The chasm between efficient IT and lean IT

With its 9% to 15% productivity advantage over efficient IT, lean IT is the next frontier for CIOs — a steppingstone in their digital transformation journey and a serious fund-raiser for all sorts of digital ambitions.

“Efficiency is doing things right" -- Peter Drucker

"Lean is getting the right things done" -- Pascal Dennis

Efficiency is about spending less to get the same, whereas lean is about spending nothing on things that don’t matter. We often use these two terms interchangeably; however, in the context of enterprise IT, the contrast between them is remarkable.

Traditional enterprise IT was created to support the business of the industrial era by delivering efficient solutions through economies of scope and scale. Within this context, the trillions of dollars in spending on technology by global enterprises over decades has been governed essentially by two measures: year-over-year (YOY) budget adjustments, and the unit cost of inputs such as the blended rate of IT labor and cost per server. While budgets represent a committed end, the efficient unit cost of inputs is the means to get there, a.k.a. efficient IT.

The pursuit of efficient IT brought about numerous innovative management practices — program management offices, outsourcing, offshoring and location arbitrage, centralized management and shared services, to name a few. Through the adoption and enhancement of these practices with a great deal of toil, sweat and tears over decades, enterprise IT leaders achieved a commendable track record in driving their unit costs down. This trend has significantly slowed down in recent years with the commoditization of IT inputs, and further unit cost reduction opportunities have become scarce (Figure 1). 

efficient it levers Technology for Alpha

Figure 1 - Financial services companies have (mostly) accomplished their efficient IT missions.

Industry cases suggest that efficiency savings are more elusive now than ever before due to complexity of execution, risky assumptions and siloed organizational and governance structures (Figure 2). Consequently, efficient IT is a mission (almost) accomplished, a table stakes rather than a source of differentiation, in today’s financial services industry.

case against further efficienty Technology for Alpha

Figure 2 - Recent industry cases illustrate the increasing difficulty of realizing savings from efficiency levers.

In the digital era, the role of enterprise IT is shifting from merely supporting the business to delivering a competitive advantage through economies of agility and technical ingenuity. This shift is creating a number of fundamental conflicts with the scope- and scale-driven efficient IT. At the top of the list sits reliance on the unit cost efficiency of inputs as the primary criterion of the financial success of enterprise IT. The economic model of agility and technical ingenuity thrives with smaller batch sizes -- frequent delivery rather than annual releases, modular architecture rather than one-size-fits-all platforms -- and the iterative development enabled by actionable feedback from customers, providers, systems and the like, rather than plan-driven project execution. These changes will generate exponentially more data about the business outcomes enabled by IT, which are better indicators of the financial success of IT than the proxy use of the unit cost of inputs. To illustrate this point, let's think about a typical IT cost reduction initiative leveraging offshoring, outsourcing and shared services levers. Almost always, the business case is justified by applying a unit cost reduction assumption to a constant volume of consumption. By focusing on outcomes, enterprise IT will be able to manage the consumption -- rather than the unit cost -- of inputs, which will open up a whole slew of new optimization scenarios for IT managers.

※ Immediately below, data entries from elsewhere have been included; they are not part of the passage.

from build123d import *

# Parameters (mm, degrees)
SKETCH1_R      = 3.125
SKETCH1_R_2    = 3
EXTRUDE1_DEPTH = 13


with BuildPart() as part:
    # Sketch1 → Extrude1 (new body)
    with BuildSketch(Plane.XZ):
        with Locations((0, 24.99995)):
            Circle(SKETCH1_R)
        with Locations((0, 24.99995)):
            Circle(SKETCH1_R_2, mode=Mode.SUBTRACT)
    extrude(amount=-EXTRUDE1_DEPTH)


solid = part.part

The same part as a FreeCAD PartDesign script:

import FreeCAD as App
import Part
import Sketcher

V = App.Vector

doc = App.newDocument("Part")
body = doc.addObject("PartDesign::Body", "Body")

sketch1 = body.newObject("Sketcher::SketchObject", "Sketch")
sketch1.AttachmentSupport = (doc.getObject("XZ_Plane"), [""])
sketch1.MapMode = "FlatFace"
sketch1.addGeometry(Part.Circle(V(0, 25, 0), V(0, 0, 1), 3.1), False)
sketch1.addGeometry(Part.Circle(V(0, 25, 0), V(0, 0, 1), 3), False)
sketch1.addConstraint(Sketcher.Constraint("Coincident", 1, 3, 0, 3))
sketch1.addConstraint(Sketcher.Constraint("PointOnObject", 0, 3, -2))
sketch1.addConstraint(Sketcher.Constraint("Diameter", 1, 6.0))
sketch1.addConstraint(Sketcher.Constraint("Diameter", 0, 6.25))
sketch1.addConstraint(Sketcher.Constraint("DistanceY", -1, 1, 0, 3, 24.99995))
pad1 = body.newObject("PartDesign::Pad", "Pad")
pad1.Profile = sketch1
pad1.Length = 13
pad1.Reversed = True

doc.recompute()
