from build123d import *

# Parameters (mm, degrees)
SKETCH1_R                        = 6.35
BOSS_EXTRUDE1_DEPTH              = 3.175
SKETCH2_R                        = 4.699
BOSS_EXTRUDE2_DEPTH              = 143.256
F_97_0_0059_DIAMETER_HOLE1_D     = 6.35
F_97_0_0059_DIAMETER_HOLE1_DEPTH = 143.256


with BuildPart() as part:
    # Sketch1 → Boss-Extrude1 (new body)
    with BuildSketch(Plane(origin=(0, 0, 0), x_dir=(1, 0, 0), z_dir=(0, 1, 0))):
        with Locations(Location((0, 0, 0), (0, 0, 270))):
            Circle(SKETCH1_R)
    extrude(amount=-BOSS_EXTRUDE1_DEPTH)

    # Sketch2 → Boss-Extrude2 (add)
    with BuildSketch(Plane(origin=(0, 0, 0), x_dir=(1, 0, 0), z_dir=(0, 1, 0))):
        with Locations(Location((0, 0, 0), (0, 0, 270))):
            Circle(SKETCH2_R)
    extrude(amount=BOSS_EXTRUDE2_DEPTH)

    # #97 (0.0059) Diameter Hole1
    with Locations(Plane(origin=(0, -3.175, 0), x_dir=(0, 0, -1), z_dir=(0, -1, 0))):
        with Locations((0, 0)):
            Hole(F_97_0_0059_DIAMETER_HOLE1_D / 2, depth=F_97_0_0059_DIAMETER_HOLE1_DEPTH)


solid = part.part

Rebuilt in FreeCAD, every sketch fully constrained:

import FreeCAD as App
import Part
import Sketcher
Q = App.Units.Quantity

doc = App.newDocument("Part")
params = doc.addObject("Spreadsheet::Sheet", "Params")
for row, (alias, value) in enumerate([
    ("sketch1_diameter", "0.5 in"),
    ("pad1_length", "0.125 in"),
    ("sketch2_diameter", "0.37 in"),
    ("pad2_length", "5.64 in"),
    ("sketch3_diameter", "0.25 in"),
    ("hole_diameter", "0.25 in"),
    ("hole_depth", "5.64 in"),
], start=1):
    params.set(f"A{row}", alias)
    params.set(f"B{row}", "=" + value)
    params.setAlias(f"B{row}", alias)

body = doc.addObject("PartDesign::Body", "Body")

sketch1 = doc.addObject("Sketcher::SketchObject", "Sketch")
body.addObject(sketch1)
sketch1.AttachmentSupport = (doc.XZ_Plane, [""])
sketch1.MapMode = "FlatFace"
sketch1.addGeometry(Part.Circle(App.Vector(0, 0, 0), App.Vector(0, 0, 1), 6), False)
sketch1.addConstraint([
    Sketcher.Constraint("Coincident", 0, 3, -1, 1),
    Sketcher.Constraint("Diameter", 0, Q("0.5 in")),
])
sketch1.setExpression("Constraints[1]", "Params.sketch1_diameter")
pad1 = doc.addObject("PartDesign::Pad", "Pad")
body.addObject(pad1)
pad1.Profile = sketch1
pad1.setExpression("Length", "Params.pad1_length")

sketch2 = doc.addObject("Sketcher::SketchObject", "Sketch001")
body.addObject(sketch2)
sketch2.AttachmentSupport = (doc.XZ_Plane, [""])
sketch2.MapMode = "FlatFace"
sketch2.addGeometry(Part.Circle(App.Vector(0, 0, 0), App.Vector(0, 0, 1), 4.7), False)
sketch2.addConstraint([
    Sketcher.Constraint("Coincident", 0, 3, -1, 1),
    Sketcher.Constraint("Diameter", 0, Q("0.37 in")),
])
sketch2.setExpression("Constraints[1]", "Params.sketch2_diameter")
pad2 = doc.addObject("PartDesign::Pad", "Pad001")
body.addObject(pad2)
pad2.Profile = sketch2
pad2.setExpression("Length", "Params.pad2_length")
pad2.Reversed = True

sketch3 = doc.addObject("Sketcher::SketchObject", "Sketch002")
body.addObject(sketch3)
sketch3.AttachmentSupport = (doc.XZ_Plane, [""])
sketch3.MapMode = "FlatFace"
sketch3.AttachmentOffset = App.Placement(App.Vector(0, 0, 0.125 * 25.4), App.Rotation())
sketch3.addGeometry(Part.Circle(App.Vector(0, 0, 0), App.Vector(0, 0, 1), 3.2), False)
sketch3.addConstraint([
    Sketcher.Constraint("Coincident", 0, 3, -1, 1),
    Sketcher.Constraint("Diameter", 0, Q("0.25 in")),
])
sketch3.setExpression("Constraints[1]", "Params.sketch3_diameter")
doc.recompute()
hole = doc.addObject("PartDesign::Hole", "Hole")
body.addObject(hole)
hole.Profile = sketch3
hole.ThreadType = "None"
hole.setExpression("Diameter", "Params.hole_diameter")
hole.DepthType = "Dimension"
hole.setExpression("Depth", "Params.hole_depth")
hole.DrillPoint = "Flat"

doc.recompute()
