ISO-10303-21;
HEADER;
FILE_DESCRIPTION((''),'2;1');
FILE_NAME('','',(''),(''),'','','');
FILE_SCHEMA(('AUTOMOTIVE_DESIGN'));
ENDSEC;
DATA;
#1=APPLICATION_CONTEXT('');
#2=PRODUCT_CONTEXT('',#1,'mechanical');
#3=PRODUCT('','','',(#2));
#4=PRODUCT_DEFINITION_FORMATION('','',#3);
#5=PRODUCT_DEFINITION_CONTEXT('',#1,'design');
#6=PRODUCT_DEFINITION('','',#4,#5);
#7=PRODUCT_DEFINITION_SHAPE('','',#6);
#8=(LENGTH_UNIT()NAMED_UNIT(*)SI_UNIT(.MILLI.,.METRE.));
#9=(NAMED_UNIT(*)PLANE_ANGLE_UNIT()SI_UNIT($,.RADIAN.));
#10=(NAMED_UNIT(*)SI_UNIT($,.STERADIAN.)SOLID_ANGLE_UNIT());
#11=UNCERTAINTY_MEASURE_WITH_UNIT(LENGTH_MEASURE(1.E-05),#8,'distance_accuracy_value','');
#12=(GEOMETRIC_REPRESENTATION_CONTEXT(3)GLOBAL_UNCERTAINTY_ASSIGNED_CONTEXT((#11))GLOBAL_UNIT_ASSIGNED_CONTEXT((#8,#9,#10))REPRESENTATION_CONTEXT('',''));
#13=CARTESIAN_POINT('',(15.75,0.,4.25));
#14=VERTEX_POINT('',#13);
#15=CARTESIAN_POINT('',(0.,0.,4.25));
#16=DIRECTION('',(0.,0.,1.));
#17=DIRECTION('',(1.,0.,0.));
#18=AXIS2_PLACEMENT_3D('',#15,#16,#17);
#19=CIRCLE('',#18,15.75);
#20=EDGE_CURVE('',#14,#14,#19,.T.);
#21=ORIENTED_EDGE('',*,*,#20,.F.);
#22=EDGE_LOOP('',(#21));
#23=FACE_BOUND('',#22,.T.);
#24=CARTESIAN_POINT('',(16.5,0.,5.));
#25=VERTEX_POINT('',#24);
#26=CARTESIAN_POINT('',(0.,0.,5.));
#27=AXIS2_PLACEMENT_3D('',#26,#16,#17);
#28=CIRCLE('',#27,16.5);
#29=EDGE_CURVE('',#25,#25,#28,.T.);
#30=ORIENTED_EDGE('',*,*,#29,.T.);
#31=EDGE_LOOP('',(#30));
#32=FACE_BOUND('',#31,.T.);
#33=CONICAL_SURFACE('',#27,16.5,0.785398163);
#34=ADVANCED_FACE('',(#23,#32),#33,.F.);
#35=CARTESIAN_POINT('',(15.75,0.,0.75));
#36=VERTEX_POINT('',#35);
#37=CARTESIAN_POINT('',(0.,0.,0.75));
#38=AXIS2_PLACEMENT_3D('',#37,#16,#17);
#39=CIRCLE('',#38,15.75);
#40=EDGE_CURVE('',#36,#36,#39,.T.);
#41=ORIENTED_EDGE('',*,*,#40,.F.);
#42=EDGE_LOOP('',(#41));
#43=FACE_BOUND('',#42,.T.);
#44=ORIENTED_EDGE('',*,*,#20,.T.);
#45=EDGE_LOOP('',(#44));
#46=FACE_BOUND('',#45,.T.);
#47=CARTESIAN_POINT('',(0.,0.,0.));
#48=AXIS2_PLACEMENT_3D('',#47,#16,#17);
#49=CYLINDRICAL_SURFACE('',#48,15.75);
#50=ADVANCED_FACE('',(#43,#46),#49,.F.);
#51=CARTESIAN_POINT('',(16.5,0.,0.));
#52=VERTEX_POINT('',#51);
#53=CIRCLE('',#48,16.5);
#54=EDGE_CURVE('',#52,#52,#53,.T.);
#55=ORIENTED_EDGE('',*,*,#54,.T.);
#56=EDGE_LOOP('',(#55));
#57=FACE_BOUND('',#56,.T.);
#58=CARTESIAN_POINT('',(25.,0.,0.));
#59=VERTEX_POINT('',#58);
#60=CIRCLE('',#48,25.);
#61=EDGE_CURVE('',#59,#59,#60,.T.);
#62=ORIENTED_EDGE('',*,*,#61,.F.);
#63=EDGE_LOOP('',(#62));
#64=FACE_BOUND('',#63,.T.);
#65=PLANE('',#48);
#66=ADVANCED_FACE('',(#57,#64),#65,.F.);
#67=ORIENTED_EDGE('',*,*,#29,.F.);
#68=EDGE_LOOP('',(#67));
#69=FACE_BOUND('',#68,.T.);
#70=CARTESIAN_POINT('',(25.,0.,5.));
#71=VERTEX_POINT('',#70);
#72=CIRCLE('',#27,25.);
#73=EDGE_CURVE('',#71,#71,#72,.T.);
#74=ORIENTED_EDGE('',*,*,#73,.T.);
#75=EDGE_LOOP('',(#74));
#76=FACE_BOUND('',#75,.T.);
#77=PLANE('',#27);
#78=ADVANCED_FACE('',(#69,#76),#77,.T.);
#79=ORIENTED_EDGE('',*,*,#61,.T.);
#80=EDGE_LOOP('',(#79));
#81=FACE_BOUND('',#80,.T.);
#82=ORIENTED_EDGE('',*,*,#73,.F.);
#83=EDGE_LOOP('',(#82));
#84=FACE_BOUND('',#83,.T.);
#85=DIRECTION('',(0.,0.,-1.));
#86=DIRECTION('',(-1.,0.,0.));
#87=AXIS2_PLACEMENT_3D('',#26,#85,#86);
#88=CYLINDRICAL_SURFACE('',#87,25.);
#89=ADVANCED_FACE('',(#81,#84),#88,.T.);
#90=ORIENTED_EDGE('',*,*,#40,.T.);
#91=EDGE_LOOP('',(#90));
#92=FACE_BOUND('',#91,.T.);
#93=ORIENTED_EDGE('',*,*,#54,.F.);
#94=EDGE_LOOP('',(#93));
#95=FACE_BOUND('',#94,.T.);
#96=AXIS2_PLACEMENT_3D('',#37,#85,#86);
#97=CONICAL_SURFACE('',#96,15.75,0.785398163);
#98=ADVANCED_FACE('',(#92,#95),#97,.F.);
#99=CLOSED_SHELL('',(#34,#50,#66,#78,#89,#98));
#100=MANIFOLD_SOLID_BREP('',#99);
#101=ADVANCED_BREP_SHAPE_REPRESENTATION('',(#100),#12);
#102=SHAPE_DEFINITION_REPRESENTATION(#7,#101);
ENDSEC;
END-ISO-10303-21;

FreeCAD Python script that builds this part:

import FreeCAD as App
import Part
import Sketcher
from FreeCAD import Vector
Q = App.Units.Quantity

doc = App.newDocument("Part")
params = doc.addObject("Spreadsheet::Sheet", "Params")
for row, (alias, value) in enumerate([
    ("sketch1_diameter", "50 mm"),
    ("pad1_length", "5 mm"),
    ("sketch2_diameter", "31.5 mm"),
    ("sketch3_width", "0.75 mm"),
    ("groove_angle", "360 deg"),
], start=1):
    params.set(f"A{row}", alias)
    params.set(f"B{row}", "=" + value)
    params.setAlias(f"B{row}", alias)

body = doc.addObject("PartDesign::Body", "Body")

# Sketch on XY plane
sketch1 = body.newObject("Sketcher::SketchObject", "Sketch")
sketch1.AttachmentSupport = (doc.getObject("XY_Plane"), [""])
sketch1.MapMode = "FlatFace"
sketch1.addGeometry(Part.Circle(Vector(0, 0, 0), Vector(0, 0, 1), 25), False)
sketch1.addConstraint([
    Sketcher.Constraint("Coincident", 0, 3, -1, 1),
    Sketcher.Constraint("Diameter", 0, Q("50 mm")),
])
sketch1.setExpression("Constraints[1]", "Params.sketch1_diameter")
pad1 = body.newObject("PartDesign::Pad", "Pad")
pad1.Profile = sketch1
pad1.setExpression("Length", "Params.pad1_length")

# Sketch on XY plane
sketch2 = body.newObject("Sketcher::SketchObject", "Sketch001")
sketch2.AttachmentSupport = (doc.getObject("XY_Plane"), [""])
sketch2.MapMode = "FlatFace"
sketch2.AttachmentOffset = App.Placement(Vector(0, 0, 5), App.Rotation())
sketch2.addGeometry(Part.Circle(Vector(0, 0, 0), Vector(0, 0, 1), 16), False)
sketch2.addConstraint([
    Sketcher.Constraint("Coincident", 0, 3, -1, 1),
    Sketcher.Constraint("Diameter", 0, Q("31.5 mm")),
])
sketch2.setExpression("Constraints[1]", "Params.sketch2_diameter")
pocket1 = body.newObject("PartDesign::Pocket", "Pocket")
pocket1.Profile = sketch2
pocket1.Type = "ThroughAll"

# Sketch on XZ plane
sketch3 = body.newObject("Sketcher::SketchObject", "Sketch002")
sketch3.AttachmentSupport = (doc.getObject("XZ_Plane"), [""])
sketch3.MapMode = "FlatFace"
sketch3.addGeometry([
    Part.LineSegment(Vector(15.8, 5, 0), Vector(16.5, 5, 0)),  # 0
    Part.LineSegment(Vector(16.5, 5, 0), Vector(15.8, 4.2, 0)),  # 1
    Part.LineSegment(Vector(15.8, 4.2, 0), Vector(15.8, 5, 0)),  # 2
    Part.LineSegment(Vector(16.5, 0, 0), Vector(15.8, 0, 0)),  # 3
    Part.LineSegment(Vector(15.8, 0, 0), Vector(15.8, 0.8, 0)),  # 4
    Part.LineSegment(Vector(15.8, 0.8, 0), Vector(16.5, 0, 0)),  # 5
], False)
sketch3.addConstraint([
    Sketcher.Constraint("Coincident", 0, 2, 1, 1),
    Sketcher.Constraint("Coincident", 1, 2, 2, 1),
    Sketcher.Constraint("Coincident", 2, 2, 0, 1),
    Sketcher.Constraint("Coincident", 3, 2, 4, 1),
    Sketcher.Constraint("Coincident", 4, 2, 5, 1),
    Sketcher.Constraint("Coincident", 5, 2, 3, 1),
    Sketcher.Constraint("Horizontal", 0),
    Sketcher.Constraint("Vertical", 2),
    Sketcher.Constraint("Horizontal", 3),
    Sketcher.Constraint("Vertical", 4),
    Sketcher.Constraint("PointOnObject", 3, 2, -1),
    Sketcher.Constraint("Perpendicular", 1, 5),
    Sketcher.Constraint("Vertical", 2, 2, 3, 2),
    Sketcher.Constraint("Vertical", 0, 2, 5, 2),
    Sketcher.Constraint("Equal", 3, 2),
    Sketcher.Constraint("DistanceY", -1, 1, 0, 2, Q("5 mm")),
    Sketcher.Constraint("DistanceX", 0, 1, 0, 2, Q("0.75 mm")),
    Sketcher.Constraint("DistanceX", -1, 1, 0, 2, Q("16.5 mm")),
])
sketch3.setExpression("Constraints[16]", "Params.sketch3_width")
groove = body.newObject("PartDesign::Groove", "Groove")
groove.Profile = sketch3
groove.ReferenceAxis = (sketch3, ["V_Axis"])
groove.setExpression("Angle", "Params.groove_angle")

doc.recompute()
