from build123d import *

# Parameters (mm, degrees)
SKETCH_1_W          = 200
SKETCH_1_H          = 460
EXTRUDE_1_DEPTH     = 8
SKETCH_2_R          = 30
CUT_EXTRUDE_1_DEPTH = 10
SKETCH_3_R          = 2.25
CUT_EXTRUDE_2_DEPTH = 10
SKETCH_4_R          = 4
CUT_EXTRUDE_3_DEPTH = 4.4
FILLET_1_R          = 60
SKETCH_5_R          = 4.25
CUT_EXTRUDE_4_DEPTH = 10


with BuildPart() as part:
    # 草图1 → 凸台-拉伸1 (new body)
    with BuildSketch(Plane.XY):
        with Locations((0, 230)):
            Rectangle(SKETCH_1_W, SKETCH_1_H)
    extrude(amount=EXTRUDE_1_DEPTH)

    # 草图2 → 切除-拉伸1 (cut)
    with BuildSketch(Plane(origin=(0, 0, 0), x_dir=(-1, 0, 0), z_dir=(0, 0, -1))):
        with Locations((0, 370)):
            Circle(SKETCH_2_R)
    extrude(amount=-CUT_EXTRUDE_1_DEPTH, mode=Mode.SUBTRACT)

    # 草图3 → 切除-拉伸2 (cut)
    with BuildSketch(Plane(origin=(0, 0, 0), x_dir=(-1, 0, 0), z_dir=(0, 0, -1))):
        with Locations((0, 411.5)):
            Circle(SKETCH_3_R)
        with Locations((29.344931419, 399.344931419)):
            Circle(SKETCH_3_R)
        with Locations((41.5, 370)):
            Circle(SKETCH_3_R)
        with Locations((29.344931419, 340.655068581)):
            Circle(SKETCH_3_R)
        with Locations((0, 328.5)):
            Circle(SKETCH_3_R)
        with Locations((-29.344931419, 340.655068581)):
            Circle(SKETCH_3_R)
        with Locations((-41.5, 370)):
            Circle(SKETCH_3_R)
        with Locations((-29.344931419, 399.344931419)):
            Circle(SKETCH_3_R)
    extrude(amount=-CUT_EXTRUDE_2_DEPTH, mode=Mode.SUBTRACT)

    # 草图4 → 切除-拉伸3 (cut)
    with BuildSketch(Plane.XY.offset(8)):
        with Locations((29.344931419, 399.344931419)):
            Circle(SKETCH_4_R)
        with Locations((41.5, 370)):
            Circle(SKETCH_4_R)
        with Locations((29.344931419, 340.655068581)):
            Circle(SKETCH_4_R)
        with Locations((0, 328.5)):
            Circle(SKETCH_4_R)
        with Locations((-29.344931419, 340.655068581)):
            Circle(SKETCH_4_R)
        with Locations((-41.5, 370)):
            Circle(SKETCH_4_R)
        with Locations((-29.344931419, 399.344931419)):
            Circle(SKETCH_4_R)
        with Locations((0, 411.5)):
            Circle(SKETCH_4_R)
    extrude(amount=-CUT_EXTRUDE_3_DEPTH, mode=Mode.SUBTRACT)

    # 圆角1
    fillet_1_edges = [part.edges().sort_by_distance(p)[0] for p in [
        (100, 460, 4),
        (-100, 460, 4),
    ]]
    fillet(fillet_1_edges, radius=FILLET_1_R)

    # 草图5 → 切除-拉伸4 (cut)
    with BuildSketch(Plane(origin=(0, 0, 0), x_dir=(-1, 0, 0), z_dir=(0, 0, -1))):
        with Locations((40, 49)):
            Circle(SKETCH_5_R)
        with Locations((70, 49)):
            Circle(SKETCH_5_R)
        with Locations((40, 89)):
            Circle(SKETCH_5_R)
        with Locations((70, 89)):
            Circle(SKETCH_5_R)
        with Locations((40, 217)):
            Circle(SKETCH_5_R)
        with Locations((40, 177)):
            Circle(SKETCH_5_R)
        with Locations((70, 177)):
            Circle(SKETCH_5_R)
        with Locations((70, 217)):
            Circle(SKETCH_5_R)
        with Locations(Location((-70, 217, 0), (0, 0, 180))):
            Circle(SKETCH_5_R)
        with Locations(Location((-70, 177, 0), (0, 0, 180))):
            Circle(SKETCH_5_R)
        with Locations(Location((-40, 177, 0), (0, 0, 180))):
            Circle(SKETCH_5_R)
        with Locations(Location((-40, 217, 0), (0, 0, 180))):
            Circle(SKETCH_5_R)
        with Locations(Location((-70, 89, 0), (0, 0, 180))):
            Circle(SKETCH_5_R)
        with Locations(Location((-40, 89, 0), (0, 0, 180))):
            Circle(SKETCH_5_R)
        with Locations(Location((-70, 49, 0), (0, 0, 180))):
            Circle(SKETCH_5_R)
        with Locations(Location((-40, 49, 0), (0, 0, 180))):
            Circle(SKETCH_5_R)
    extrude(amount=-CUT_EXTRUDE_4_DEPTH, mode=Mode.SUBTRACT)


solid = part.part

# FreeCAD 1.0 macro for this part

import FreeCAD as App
import Part
import Sketcher


def edges_at(feature, points):
    """Names of the edges that pass closest to the given points."""
    edges = feature.Shape.Edges
    near = lambda p: min(range(len(edges)), key=lambda i: edges[i].distToShape(Part.Vertex(*p))[0])
    return sorted({f"Edge{near(p) + 1}" for p in points})


def add_polygon(sketch, points):
    """Adds a closed chain of lines whose ends are joined by coincident constraints."""
    first, n = sketch.GeometryCount, len(points)
    for a, b in zip(points, points[1:] + points[:1]):
        sketch.addGeometry(Part.LineSegment(App.Vector(*a, 0), App.Vector(*b, 0)), False)
    for i in range(n):
        sketch.addConstraint(Sketcher.Constraint("Coincident", first + i, 2, first + (i + 1) % n, 1))

doc = App.newDocument("Part")
body = doc.addObject("PartDesign::Body", "Body")

# Sketch on XY plane
sketch1 = body.newObject("Sketcher::SketchObject", "Sketch")
sketch1.AttachmentSupport = (doc.getObject("XY_Plane"), [""])
sketch1.MapMode = "FlatFace"
add_polygon(sketch1, [(-100, 460), (-100, 0), (100, 0), (100, 460)])  # lines 0-3
sketch1.addConstraint(Sketcher.Constraint("Vertical", 0))
sketch1.addConstraint(Sketcher.Constraint("Horizontal", 1))
sketch1.addConstraint(Sketcher.Constraint("Vertical", 2))
sketch1.addConstraint(Sketcher.Constraint("Horizontal", 3))
sketch1.addConstraint(Sketcher.Constraint("Symmetric", 0, 2, 1, 2, -1, 1))
sketch1.addConstraint(Sketcher.Constraint("DistanceX", 1, 1, 1, 2, 200.0))
sketch1.addConstraint(Sketcher.Constraint("DistanceY", 0, 2, 0, 1, 460.0))
pad1 = body.newObject("PartDesign::Pad", "Pad")
pad1.Profile = sketch1
pad1.Length = 8

# Sketch on XY plane
sketch2 = body.newObject("Sketcher::SketchObject", "Sketch001")
sketch2.AttachmentSupport = (doc.getObject("XY_Plane"), [""])
sketch2.MapMode = "FlatFace"
sketch2.addGeometry(Part.Circle(App.Vector(0, 370, 0), App.Vector(0, 0, 1), 30), False)
sketch2.addConstraint(Sketcher.Constraint("PointOnObject", 0, 3, -2))
sketch2.addConstraint(Sketcher.Constraint("Diameter", 0, 60.0))
sketch2.addConstraint(Sketcher.Constraint("DistanceY", -1, 1, 0, 3, 370.0))
pocket1 = body.newObject("PartDesign::Pocket", "Pocket")
pocket1.Profile = sketch2
pocket1.Length = 10
pocket1.Reversed = True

Leading CIOs, who are keenly aware of the shifting mandate of their organization and the underlying economic drivers, are already looking beyond the unit cost efficiency of IT. They are mandating their teams to focus on things that matter most to the business, and stop doing things that don’t matter, a.k.a. lean IT.  

The term lean IT is defined as the extension of lean manufacturing and lean services principles to the development and management of IT products and services, with a central concern of eliminating waste. Defects, rework, low-value work, busywork, slow decision-making, on-site/manual tasks, outdated requirements, partially complete applications, underutilized hardware, bench resources, firefighting, knowledge loss are examples of waste applicable to enterprise IT. 

The contrast between being efficient and being lean is a fundamental mindset shift. Here are a few examples of lean in action:

  • Embedding quality into development rather than investing in integration and UAT testing.
  • Knowing how to fail fast when needs change, rather than sticking to the original plan.
  • Continually improving rather than benchmarking.
  • Improving processes and breaking down functional silos rather than throwing more resources on bottlenecks.
  • Portfolio managing, rather than sweating, application and technology assets.

To better appreciate lean IT as the next frontier for CIOs and a necessary steppingstone on the legacy-to-digital transformation journey, we need to explore how it boosts productivity and how it differs from efficient IT.  There are four lean IT value levers that are ready for prime time (Figure 3): 

lean it levers Technology for Alpha

Figure 3 - Lean IT is the next frontier for CIOs, and a steppingstone in their digital transformation journies.

  • Quality: Drives value by addressing quality problems at the source. Think about a drop of ink in a swimming pool. With a fast action, the ink can be cleaned up with a single dip of a bucket. If delayed, the ink diffuses throughout the pool and requires the pool water to be replaced entirely. Similarly, defects that stay in the system long enough cause new defects, and a fix becomes exponentially costlier.
  • Agile: Is about embracing change in business needs and being able to fail fast when necessary. A study conducted by the Standish Group discovered that 50% of features developed by enterprise IT are hardly ever used. Most frequent culprits are outdated requirements, aging work-in-progress inventory, and broken feedback loops with customers.
  • Demand: Ensures that the whole organization works on the highest-value tasks. This is more easily said than done. What happens when the mandatory projects budget is exhausted midyear, project estimations are misleading, or the integrity of project priorities is compromised due to scheduling constraints during execution?
  • Operating model: Aims for correcting frictions across the overall enterprise IT ecosystem due to organizational misalignments, process bottlenecks, or governance bureaucracies. 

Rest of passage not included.